[Data provided — start]

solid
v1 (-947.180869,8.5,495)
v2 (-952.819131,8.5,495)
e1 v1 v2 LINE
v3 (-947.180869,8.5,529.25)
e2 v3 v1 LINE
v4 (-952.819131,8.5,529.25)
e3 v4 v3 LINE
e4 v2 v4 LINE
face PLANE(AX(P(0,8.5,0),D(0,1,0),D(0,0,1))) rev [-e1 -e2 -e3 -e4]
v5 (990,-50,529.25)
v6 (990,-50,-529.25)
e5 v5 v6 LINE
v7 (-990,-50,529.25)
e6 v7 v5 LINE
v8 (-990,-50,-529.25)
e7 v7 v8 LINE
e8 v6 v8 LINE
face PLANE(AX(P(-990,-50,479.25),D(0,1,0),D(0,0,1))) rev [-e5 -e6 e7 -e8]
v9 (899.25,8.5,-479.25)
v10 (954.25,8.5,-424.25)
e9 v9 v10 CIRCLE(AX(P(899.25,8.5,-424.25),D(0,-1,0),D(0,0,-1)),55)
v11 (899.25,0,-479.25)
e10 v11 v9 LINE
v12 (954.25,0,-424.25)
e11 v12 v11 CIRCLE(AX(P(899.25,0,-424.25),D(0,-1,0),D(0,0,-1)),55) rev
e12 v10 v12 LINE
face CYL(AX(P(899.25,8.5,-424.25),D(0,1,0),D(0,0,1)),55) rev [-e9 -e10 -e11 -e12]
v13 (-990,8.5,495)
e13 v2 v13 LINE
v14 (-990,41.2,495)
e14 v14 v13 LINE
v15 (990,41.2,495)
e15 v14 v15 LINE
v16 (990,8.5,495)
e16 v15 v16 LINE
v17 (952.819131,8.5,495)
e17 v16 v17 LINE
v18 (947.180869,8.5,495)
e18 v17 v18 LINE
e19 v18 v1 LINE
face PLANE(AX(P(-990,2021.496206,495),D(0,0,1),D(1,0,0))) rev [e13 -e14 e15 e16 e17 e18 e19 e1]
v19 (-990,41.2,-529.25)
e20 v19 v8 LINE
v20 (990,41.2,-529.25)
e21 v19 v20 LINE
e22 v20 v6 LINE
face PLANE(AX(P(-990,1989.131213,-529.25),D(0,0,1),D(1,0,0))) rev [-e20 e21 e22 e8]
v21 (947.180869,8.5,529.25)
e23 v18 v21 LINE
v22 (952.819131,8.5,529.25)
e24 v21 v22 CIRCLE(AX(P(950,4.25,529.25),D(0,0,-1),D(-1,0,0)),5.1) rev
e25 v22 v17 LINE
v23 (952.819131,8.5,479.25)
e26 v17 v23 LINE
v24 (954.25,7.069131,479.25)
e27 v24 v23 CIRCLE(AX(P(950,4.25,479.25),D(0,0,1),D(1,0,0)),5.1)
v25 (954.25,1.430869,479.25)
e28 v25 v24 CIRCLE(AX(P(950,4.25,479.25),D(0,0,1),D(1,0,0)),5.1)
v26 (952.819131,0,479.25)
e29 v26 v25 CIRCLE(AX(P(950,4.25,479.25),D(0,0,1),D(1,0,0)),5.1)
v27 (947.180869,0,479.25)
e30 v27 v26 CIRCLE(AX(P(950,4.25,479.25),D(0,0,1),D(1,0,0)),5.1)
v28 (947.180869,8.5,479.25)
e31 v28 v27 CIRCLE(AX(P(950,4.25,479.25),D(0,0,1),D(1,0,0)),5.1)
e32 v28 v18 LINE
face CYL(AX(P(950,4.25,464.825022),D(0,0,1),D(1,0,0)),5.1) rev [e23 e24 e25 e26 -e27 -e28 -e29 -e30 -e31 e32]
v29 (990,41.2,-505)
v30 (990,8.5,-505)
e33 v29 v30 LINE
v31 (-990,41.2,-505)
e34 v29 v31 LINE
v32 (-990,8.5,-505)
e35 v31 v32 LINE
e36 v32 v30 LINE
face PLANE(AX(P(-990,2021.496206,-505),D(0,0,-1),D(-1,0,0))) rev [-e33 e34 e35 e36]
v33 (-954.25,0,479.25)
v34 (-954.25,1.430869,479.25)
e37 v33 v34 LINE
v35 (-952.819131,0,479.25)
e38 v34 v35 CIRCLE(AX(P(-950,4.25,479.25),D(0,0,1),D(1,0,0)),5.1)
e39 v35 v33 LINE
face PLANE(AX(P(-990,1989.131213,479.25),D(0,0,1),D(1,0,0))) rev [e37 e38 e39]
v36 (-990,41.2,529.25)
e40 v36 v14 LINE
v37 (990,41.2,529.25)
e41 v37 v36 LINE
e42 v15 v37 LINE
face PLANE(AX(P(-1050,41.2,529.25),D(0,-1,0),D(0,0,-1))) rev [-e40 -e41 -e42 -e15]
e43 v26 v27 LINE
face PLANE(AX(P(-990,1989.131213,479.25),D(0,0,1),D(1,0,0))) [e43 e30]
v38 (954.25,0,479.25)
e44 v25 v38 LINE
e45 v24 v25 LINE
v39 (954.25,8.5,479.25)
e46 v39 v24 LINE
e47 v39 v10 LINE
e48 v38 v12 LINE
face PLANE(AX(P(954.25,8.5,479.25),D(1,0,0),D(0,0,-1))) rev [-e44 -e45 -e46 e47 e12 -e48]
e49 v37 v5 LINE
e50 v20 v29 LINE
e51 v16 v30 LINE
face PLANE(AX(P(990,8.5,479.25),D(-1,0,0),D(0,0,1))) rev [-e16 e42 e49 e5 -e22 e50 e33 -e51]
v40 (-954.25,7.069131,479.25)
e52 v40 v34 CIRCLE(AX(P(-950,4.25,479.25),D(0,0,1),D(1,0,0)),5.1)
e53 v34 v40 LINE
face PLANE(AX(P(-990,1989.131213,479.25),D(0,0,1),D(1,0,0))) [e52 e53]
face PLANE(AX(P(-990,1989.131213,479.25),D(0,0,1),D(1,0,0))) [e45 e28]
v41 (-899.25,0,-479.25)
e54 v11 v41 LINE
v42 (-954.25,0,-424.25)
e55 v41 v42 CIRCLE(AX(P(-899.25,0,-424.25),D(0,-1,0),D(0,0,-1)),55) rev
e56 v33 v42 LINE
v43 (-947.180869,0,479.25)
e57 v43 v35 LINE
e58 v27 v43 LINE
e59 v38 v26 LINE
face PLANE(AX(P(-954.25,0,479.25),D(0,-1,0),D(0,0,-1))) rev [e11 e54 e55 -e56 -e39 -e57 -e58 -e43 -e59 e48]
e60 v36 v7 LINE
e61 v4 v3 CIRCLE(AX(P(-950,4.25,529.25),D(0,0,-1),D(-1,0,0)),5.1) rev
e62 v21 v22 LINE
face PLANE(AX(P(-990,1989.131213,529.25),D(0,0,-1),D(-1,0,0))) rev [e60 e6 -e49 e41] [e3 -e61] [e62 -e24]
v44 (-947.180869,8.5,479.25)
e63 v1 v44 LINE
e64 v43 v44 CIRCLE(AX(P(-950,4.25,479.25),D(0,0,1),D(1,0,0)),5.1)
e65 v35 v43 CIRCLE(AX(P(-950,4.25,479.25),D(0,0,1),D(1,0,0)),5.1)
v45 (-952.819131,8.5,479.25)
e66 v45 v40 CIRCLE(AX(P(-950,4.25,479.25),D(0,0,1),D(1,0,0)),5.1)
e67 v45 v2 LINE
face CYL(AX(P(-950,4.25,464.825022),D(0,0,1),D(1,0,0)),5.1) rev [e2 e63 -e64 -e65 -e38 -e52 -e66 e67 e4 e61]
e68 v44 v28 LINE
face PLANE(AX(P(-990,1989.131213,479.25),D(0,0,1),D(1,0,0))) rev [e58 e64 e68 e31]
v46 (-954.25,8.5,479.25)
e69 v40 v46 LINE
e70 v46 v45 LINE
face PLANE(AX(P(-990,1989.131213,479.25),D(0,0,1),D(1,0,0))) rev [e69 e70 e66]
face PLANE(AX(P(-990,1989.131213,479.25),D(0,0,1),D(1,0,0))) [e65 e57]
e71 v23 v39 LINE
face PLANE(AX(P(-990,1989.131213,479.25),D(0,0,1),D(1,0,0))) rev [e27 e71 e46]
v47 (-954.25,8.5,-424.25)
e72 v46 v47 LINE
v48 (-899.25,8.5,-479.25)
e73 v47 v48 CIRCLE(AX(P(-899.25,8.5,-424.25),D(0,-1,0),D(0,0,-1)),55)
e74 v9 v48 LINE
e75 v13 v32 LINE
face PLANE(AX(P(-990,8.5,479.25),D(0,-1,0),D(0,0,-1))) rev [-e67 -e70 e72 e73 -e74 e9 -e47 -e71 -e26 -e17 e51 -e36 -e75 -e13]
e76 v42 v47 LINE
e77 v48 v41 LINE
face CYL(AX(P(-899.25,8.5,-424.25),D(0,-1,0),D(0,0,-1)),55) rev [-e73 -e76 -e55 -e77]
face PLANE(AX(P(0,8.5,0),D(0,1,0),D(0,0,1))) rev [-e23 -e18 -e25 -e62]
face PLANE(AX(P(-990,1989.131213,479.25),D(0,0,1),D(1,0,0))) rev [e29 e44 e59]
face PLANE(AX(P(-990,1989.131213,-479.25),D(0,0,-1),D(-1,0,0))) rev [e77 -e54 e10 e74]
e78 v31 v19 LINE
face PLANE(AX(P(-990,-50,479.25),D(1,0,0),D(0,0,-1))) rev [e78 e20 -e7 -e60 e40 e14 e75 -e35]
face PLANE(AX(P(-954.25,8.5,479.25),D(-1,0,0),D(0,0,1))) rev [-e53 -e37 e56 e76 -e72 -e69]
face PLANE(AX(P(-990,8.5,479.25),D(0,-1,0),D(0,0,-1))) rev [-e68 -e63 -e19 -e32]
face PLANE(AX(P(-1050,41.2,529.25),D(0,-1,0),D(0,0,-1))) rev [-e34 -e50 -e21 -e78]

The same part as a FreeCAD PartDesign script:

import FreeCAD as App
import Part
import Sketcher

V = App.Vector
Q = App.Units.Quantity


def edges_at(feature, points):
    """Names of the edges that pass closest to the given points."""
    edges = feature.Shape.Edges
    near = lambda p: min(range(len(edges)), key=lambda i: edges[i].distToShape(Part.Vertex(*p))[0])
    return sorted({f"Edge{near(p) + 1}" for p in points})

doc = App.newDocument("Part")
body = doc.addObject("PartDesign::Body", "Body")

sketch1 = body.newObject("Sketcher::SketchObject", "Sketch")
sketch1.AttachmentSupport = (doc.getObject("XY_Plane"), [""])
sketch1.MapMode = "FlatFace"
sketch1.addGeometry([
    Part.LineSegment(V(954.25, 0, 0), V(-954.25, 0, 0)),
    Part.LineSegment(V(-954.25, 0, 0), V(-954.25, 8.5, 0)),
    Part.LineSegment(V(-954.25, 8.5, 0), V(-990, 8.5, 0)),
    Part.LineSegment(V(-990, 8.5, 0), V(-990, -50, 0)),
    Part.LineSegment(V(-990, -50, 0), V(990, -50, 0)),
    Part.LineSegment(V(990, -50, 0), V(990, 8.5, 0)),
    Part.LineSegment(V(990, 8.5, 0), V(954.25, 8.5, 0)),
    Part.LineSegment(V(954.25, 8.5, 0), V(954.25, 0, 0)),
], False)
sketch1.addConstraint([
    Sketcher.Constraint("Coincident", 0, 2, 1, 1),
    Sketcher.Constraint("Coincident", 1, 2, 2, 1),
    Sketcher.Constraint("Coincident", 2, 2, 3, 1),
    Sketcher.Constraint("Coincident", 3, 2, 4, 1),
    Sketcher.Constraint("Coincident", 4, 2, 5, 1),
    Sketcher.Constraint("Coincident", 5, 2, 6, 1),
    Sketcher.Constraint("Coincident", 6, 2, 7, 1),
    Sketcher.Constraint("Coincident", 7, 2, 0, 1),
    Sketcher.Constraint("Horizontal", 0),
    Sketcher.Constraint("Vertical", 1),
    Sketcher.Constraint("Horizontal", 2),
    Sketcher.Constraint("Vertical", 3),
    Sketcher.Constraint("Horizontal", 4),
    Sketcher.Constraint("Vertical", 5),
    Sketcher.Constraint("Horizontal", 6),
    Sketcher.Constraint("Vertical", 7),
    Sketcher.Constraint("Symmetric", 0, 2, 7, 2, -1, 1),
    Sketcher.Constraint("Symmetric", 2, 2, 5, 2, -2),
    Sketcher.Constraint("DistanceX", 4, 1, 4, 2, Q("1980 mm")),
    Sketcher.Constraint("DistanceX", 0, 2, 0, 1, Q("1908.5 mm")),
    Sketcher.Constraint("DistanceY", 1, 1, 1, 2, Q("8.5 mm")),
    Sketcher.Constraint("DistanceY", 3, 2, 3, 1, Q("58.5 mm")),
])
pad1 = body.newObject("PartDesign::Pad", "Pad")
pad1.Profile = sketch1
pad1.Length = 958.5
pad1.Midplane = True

[Data provided — finish]

*What this task involves*
Using the entries above, repeat only the lines from the one containing "v35 (-952.819131,0,479.25)" through the one containing "e42 v15 v37 LINE", end lines included.

*Output for this task*
v35 (-952.819131,0,479.25)
e38 v34 v35 CIRCLE(AX(P(-950,4.25,479.25),D(0,0,1),D(1,0,0)),5.1)
e39 v35 v33 LINE
face PLANE(AX(P(-990,1989.131213,479.25),D(0,0,1),D(1,0,0))) rev [e37 e38 e39]
v36 (-990,41.2,529.25)
e40 v36 v14 LINE
v37 (990,41.2,529.25)
e41 v37 v36 LINE
e42 v15 v37 LINE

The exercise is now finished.